Even as Black bodies are degraded and dehumanized on the regular, the perception of the athletic, super-sexual, impenetrable by pain and suffering, tolerant of abuse, unbreakable, not susceptible to ”weak-minded” “White” “mental health issues” type of Black body prevails. This is why Whites are quick to call out Black people on ableism but cannot defend Black people from ableism. The idea that our bodies are perfect even if subhuman prevails. Perhaps Whites need to think about the ableism that is laced in racism itself. The Strong Black Woman stereotype is ableism. The Angry Black Woman stereotype is ableism. Both make inferences about ability that are false and grounded in dehumanization of Black women’s bodies and mental health states. And this is beyond them already being notions that are racist, sexist, misogynoiristic and one of the keys to upholding White supremacy—controlling images. And because of the impact of White supremacy on Black people, many Black people have internalized both of these ableist characterizations of Black women as actual identities.

Some Whites find pleasure in that essay where I spoke of mistakingly helping a man who didn’t want help and me apologizing to him. This is about finding a way to make sure I am an oppressor and not a person living at multiple intersections as well. They love the idea of someone Black as an oppressor as a way to assuage guilt over the massive plague that is White supremacy. This passion of theirs drive many conversations and thought processes where Black homophobic people are deemed “worse” than White homophobic people, Black transphobic people are deemed “worse” than White transphobic people and the tiny sliver of Black celebrities who are rich are their oppressors, not the White men running the world. 

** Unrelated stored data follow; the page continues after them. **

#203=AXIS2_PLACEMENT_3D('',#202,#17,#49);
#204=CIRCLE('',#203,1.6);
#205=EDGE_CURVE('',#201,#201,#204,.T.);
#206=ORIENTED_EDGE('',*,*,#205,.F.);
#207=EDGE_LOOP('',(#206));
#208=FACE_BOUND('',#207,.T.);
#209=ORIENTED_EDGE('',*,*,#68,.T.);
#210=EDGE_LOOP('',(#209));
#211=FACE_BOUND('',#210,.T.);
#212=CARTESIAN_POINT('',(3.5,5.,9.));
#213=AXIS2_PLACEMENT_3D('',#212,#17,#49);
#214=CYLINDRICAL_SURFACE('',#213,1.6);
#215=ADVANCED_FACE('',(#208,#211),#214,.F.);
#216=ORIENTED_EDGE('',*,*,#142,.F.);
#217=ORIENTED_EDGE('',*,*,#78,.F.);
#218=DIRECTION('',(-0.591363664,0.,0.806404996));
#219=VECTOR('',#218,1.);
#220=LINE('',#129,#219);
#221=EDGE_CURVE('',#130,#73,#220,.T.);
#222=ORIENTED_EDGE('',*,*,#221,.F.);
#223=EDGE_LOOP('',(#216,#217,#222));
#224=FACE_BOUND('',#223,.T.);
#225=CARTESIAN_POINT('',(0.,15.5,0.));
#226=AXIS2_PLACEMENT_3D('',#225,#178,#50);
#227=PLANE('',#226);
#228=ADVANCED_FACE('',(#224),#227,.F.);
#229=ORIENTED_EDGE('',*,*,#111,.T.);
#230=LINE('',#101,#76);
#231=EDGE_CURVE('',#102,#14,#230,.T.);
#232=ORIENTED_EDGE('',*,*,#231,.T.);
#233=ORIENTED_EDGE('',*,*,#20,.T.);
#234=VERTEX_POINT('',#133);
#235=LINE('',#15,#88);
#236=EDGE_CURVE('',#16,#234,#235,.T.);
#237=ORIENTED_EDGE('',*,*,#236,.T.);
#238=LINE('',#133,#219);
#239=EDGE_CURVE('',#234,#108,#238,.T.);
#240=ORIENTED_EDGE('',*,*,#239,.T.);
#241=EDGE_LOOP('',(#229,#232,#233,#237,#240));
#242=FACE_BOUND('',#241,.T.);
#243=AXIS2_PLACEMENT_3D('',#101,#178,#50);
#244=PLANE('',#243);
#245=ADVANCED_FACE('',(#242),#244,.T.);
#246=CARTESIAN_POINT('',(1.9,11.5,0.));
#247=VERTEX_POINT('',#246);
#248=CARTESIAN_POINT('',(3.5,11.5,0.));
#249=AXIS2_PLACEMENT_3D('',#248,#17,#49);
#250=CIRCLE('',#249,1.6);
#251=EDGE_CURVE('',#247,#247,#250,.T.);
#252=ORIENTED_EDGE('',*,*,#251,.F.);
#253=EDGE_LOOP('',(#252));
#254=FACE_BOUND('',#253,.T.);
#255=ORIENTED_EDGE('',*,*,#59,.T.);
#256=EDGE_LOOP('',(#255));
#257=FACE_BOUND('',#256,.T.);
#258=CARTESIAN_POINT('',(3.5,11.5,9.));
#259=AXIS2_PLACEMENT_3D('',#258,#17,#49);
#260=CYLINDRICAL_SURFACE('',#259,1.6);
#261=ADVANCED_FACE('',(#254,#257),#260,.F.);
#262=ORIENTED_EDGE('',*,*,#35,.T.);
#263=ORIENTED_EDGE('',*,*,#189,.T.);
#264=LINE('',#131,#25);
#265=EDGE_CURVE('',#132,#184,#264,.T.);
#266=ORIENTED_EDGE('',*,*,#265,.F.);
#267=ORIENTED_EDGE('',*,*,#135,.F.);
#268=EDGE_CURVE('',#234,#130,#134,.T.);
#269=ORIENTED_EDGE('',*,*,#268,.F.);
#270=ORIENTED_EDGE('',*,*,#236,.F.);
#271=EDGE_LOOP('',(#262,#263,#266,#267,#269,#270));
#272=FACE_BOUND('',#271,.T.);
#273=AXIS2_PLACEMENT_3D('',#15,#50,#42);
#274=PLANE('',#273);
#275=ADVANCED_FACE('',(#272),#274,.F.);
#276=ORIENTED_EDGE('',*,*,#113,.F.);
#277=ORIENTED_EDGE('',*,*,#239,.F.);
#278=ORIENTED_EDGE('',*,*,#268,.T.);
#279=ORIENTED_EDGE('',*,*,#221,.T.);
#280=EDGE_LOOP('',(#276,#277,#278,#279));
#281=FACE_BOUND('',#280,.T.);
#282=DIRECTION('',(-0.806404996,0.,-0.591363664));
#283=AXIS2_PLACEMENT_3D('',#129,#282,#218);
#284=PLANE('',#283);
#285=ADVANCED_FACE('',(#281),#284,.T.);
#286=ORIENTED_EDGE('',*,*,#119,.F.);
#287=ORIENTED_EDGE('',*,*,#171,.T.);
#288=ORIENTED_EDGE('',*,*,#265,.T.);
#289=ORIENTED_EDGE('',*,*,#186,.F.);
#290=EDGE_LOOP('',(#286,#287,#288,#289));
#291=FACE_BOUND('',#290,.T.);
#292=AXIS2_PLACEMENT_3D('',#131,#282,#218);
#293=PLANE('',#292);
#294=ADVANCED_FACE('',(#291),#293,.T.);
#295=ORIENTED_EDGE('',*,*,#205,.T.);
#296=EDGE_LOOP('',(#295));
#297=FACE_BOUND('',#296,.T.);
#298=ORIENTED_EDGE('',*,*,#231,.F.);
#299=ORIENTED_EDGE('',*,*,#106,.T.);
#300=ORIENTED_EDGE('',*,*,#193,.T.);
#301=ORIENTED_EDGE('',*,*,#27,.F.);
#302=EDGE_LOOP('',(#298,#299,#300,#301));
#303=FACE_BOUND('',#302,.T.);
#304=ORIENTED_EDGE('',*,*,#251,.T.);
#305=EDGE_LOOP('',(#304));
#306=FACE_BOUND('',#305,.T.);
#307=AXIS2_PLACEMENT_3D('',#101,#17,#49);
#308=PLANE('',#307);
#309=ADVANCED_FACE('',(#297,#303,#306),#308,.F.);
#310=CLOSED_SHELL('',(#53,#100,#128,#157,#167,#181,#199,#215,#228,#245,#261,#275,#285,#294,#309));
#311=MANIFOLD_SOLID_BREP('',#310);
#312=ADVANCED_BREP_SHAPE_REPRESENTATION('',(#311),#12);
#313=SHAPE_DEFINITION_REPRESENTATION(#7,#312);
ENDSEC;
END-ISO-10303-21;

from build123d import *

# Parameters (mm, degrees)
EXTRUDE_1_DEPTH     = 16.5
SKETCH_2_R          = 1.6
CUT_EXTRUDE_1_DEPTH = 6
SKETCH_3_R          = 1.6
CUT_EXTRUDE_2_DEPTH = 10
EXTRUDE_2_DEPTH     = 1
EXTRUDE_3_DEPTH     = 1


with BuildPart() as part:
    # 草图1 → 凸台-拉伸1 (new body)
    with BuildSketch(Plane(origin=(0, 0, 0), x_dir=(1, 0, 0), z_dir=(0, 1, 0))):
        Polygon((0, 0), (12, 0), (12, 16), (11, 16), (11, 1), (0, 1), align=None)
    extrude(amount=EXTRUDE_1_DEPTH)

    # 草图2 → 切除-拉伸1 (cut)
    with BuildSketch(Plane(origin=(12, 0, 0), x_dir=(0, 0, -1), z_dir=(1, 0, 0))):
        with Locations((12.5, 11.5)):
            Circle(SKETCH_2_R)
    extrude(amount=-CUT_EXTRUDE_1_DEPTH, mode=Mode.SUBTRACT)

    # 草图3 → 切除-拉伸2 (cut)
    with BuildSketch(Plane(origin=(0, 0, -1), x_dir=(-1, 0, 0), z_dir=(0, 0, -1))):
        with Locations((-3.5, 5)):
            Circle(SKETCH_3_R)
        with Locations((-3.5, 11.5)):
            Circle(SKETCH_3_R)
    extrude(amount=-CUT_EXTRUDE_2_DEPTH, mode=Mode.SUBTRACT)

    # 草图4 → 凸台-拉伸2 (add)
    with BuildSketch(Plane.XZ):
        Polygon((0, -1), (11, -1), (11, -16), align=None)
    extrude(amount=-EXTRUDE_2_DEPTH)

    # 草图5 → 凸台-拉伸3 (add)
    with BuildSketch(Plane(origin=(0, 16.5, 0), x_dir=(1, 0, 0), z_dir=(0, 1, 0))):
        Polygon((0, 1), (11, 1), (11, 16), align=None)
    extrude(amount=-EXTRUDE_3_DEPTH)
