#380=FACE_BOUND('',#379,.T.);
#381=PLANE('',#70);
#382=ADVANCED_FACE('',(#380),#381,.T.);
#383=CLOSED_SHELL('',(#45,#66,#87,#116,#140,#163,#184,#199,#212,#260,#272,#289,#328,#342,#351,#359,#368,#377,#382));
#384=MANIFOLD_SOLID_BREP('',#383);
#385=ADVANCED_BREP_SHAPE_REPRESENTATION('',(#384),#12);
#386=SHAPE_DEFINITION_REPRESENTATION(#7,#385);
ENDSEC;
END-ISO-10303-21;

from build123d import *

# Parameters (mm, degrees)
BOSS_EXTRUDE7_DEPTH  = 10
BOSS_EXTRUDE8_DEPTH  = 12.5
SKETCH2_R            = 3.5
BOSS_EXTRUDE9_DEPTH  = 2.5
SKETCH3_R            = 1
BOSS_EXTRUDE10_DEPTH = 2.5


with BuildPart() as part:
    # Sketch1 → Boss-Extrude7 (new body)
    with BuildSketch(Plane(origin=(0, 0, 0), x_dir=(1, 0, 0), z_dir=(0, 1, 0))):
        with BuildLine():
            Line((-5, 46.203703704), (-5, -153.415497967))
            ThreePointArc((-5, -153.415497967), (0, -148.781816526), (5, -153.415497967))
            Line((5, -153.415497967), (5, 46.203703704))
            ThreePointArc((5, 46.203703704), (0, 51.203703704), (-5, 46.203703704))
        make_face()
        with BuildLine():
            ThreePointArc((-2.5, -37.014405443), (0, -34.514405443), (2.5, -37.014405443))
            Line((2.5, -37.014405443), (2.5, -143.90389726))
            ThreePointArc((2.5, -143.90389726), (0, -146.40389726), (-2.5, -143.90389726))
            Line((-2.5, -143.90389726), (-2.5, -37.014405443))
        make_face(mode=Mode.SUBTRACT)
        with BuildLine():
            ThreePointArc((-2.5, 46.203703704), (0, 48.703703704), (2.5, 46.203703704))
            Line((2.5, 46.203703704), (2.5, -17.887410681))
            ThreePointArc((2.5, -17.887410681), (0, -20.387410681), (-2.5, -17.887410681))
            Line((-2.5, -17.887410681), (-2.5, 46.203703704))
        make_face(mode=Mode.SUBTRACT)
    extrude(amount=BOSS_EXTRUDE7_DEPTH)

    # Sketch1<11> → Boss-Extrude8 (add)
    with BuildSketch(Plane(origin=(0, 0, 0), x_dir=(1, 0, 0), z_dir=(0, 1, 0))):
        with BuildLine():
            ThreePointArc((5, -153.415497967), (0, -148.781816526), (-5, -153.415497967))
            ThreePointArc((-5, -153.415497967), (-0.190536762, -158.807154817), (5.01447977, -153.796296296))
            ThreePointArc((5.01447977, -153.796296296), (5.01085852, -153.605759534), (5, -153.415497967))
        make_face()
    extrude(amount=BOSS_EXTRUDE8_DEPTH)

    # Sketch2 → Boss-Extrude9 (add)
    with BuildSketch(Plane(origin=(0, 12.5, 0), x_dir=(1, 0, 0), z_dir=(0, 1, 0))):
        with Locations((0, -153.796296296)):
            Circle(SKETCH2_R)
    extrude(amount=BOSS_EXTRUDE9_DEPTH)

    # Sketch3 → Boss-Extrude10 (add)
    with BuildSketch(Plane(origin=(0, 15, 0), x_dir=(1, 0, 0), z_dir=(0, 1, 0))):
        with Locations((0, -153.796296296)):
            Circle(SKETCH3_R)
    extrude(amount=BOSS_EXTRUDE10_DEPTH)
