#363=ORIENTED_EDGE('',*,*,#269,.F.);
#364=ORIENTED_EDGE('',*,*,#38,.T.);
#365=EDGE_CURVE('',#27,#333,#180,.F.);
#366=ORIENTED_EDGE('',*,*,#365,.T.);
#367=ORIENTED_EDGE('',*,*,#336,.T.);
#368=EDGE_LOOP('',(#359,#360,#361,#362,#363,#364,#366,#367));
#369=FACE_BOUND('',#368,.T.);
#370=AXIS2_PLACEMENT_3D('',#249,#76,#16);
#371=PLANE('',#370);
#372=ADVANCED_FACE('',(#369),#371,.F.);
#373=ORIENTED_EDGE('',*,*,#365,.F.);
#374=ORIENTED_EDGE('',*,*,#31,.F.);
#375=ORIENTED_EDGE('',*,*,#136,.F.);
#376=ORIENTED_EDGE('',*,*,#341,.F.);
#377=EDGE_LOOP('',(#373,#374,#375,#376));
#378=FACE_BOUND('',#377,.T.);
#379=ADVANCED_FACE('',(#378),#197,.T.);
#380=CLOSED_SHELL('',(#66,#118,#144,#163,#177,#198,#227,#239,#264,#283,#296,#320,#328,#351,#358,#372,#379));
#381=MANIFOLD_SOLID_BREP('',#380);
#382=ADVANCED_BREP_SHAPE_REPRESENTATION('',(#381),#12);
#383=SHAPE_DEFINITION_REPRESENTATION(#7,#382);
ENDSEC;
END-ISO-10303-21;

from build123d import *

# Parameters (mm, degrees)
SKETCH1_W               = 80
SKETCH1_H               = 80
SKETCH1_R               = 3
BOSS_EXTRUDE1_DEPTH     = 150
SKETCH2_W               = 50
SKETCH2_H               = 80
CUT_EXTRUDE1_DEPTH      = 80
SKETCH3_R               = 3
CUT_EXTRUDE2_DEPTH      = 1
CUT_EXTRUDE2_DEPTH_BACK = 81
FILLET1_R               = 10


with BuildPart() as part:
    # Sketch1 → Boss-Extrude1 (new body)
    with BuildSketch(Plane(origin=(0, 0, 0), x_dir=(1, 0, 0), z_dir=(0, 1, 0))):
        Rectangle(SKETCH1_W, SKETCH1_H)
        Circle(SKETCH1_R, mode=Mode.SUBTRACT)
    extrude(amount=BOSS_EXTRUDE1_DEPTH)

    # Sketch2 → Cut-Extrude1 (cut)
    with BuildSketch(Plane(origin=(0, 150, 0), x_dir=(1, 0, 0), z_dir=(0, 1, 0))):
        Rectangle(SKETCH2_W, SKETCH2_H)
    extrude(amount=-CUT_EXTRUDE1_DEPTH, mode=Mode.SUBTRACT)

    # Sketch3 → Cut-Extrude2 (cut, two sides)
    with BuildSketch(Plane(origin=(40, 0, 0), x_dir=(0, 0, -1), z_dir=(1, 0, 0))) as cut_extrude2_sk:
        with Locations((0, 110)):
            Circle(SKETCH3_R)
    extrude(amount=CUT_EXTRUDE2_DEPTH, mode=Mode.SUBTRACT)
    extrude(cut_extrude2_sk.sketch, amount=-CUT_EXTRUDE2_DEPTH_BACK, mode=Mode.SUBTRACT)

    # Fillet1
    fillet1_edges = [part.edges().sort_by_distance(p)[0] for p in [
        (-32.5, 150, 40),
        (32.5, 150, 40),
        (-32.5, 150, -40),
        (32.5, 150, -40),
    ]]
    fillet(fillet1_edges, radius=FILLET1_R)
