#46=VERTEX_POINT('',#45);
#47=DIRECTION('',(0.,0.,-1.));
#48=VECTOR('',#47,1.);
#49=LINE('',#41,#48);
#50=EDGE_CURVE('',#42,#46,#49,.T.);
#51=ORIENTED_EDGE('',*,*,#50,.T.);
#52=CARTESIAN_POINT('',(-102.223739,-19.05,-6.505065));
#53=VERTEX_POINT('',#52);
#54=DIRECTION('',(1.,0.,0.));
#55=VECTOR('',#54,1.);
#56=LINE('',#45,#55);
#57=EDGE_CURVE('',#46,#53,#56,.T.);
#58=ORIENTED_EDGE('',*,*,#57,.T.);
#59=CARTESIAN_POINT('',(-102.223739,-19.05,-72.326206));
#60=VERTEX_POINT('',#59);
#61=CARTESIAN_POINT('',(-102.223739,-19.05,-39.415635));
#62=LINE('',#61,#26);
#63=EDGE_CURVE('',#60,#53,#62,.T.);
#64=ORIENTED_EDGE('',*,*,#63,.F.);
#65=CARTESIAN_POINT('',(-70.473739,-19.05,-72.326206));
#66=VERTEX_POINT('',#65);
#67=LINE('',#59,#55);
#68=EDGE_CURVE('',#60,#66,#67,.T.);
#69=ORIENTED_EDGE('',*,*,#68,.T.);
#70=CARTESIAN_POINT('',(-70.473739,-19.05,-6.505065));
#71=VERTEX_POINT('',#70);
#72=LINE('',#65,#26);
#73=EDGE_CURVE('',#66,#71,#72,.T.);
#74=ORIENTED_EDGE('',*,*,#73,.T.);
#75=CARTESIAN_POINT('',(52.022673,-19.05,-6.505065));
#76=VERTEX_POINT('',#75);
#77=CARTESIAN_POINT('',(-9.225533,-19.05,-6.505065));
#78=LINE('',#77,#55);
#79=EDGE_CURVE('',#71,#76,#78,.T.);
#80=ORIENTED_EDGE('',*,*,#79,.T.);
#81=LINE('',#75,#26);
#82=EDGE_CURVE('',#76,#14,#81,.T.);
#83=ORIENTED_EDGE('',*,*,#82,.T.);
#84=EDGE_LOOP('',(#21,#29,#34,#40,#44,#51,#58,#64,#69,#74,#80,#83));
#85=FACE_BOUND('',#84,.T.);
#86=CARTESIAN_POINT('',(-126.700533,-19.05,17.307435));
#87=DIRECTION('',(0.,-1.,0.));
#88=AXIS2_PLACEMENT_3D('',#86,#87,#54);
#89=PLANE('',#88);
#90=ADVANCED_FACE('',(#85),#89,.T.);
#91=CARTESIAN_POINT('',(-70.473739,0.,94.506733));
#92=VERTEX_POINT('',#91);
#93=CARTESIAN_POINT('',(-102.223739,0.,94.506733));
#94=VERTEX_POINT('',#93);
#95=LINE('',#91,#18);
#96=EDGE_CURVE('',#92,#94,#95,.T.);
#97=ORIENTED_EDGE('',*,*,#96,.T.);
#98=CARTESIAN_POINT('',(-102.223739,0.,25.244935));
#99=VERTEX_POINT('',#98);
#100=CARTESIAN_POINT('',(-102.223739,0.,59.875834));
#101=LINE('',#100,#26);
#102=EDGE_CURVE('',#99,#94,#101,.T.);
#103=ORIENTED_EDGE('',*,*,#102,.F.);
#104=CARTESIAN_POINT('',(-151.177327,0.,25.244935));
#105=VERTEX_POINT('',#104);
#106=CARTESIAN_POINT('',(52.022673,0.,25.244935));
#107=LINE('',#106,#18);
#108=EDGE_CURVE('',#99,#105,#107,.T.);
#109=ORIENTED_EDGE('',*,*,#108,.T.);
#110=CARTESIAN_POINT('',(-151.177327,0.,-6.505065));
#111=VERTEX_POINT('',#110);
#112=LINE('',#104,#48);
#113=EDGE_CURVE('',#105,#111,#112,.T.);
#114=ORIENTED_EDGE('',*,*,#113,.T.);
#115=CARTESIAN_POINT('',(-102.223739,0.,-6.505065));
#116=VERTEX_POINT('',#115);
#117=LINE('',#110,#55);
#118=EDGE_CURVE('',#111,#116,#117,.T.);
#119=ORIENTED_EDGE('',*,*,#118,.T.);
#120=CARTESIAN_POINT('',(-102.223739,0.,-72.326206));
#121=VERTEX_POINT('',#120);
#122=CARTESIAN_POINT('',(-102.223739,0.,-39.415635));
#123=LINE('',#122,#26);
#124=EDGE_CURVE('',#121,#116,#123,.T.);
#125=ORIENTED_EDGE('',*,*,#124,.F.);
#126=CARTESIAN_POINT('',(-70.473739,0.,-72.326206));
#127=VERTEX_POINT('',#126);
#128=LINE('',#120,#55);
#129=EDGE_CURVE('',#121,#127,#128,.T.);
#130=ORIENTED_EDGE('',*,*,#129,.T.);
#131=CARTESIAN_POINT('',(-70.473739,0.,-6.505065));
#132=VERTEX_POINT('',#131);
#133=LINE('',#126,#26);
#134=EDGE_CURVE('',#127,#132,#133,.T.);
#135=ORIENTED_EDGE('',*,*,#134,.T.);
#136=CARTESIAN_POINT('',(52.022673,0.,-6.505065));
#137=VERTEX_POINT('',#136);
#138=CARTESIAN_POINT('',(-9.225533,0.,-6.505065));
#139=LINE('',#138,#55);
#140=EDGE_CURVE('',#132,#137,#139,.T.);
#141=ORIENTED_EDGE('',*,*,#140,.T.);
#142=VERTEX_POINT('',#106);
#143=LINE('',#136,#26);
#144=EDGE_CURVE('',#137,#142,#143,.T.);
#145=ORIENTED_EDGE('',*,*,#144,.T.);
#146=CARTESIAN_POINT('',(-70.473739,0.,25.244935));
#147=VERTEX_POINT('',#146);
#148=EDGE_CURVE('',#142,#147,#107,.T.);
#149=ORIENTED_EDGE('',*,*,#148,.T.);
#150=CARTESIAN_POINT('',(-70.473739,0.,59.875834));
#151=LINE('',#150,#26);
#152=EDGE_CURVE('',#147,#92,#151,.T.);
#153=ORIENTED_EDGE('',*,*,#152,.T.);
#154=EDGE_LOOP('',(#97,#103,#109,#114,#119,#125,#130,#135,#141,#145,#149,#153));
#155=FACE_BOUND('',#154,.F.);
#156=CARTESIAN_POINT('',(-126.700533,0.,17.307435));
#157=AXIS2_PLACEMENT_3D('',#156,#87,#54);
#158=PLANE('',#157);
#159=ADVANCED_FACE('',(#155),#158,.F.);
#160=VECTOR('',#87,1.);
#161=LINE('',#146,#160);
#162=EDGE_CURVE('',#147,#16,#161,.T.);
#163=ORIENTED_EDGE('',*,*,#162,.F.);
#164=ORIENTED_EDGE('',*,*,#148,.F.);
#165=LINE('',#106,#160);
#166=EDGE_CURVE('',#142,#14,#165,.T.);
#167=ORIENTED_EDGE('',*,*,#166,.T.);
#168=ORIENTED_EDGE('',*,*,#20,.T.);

In my essay I Will Not Tolerate Whites REGULARLY Making FALSE Claims About Me Being Bigoted, I mentioned that mistakes that I make can be called out of course, usually I call myself out (hence the originally referenced essay), but I mainly mentioned how Whites are more concerned with anti-intersectional conceptions of oppression and privilege where there is a space that a Black woman like me can unilaterally be their oppressor. (This is why they both regularly make false claims of bigotry against me and also hunt for areas where I’ve actually made mistakes. This is one of the reasons why they regularly comb through my tweets from 2009 forward and comb through my blog archive or the blog itself page by page in a short period of time.) I am simply disinterested in such concerns of theirs. Such concerns are about White supremacy, not ableism or anything else. 

thebluedream said:

I am white and developmentally disabled. There is a lot of pressure on certain kinds of people to identify as a "person first" and not to call ourselves by our disability identity (for example Autistic, disabled, blind, Deaf, etc). I've been corrected by able people many times. I've always maintained that this is unique among marginalized groups--no one would demand to say a person with femaleness or a person with homosexuality--but is that actually true? I read your post about (cont)

(cont) acknowledging Black. I understood your words better than Kimberlé Crenshaw’s, but I wanted to clarify if I understood correctly. Is “person who happens to be black” an enforced wording (even if not in the same way as person-first language)? Thank you for reading this.

I can’t speak to how to describe the disabilities you’ve named because I have able-bodied privilege in relation to what you named. I have some hearing issues but not total hearing loss; I have full mobility despite some car accident injuries; I have had some mental health issues in adulthood (depression, anxiety, PTSD) but those don’t usually come with an expectation that a person would include those labels as primary identity identifiers. 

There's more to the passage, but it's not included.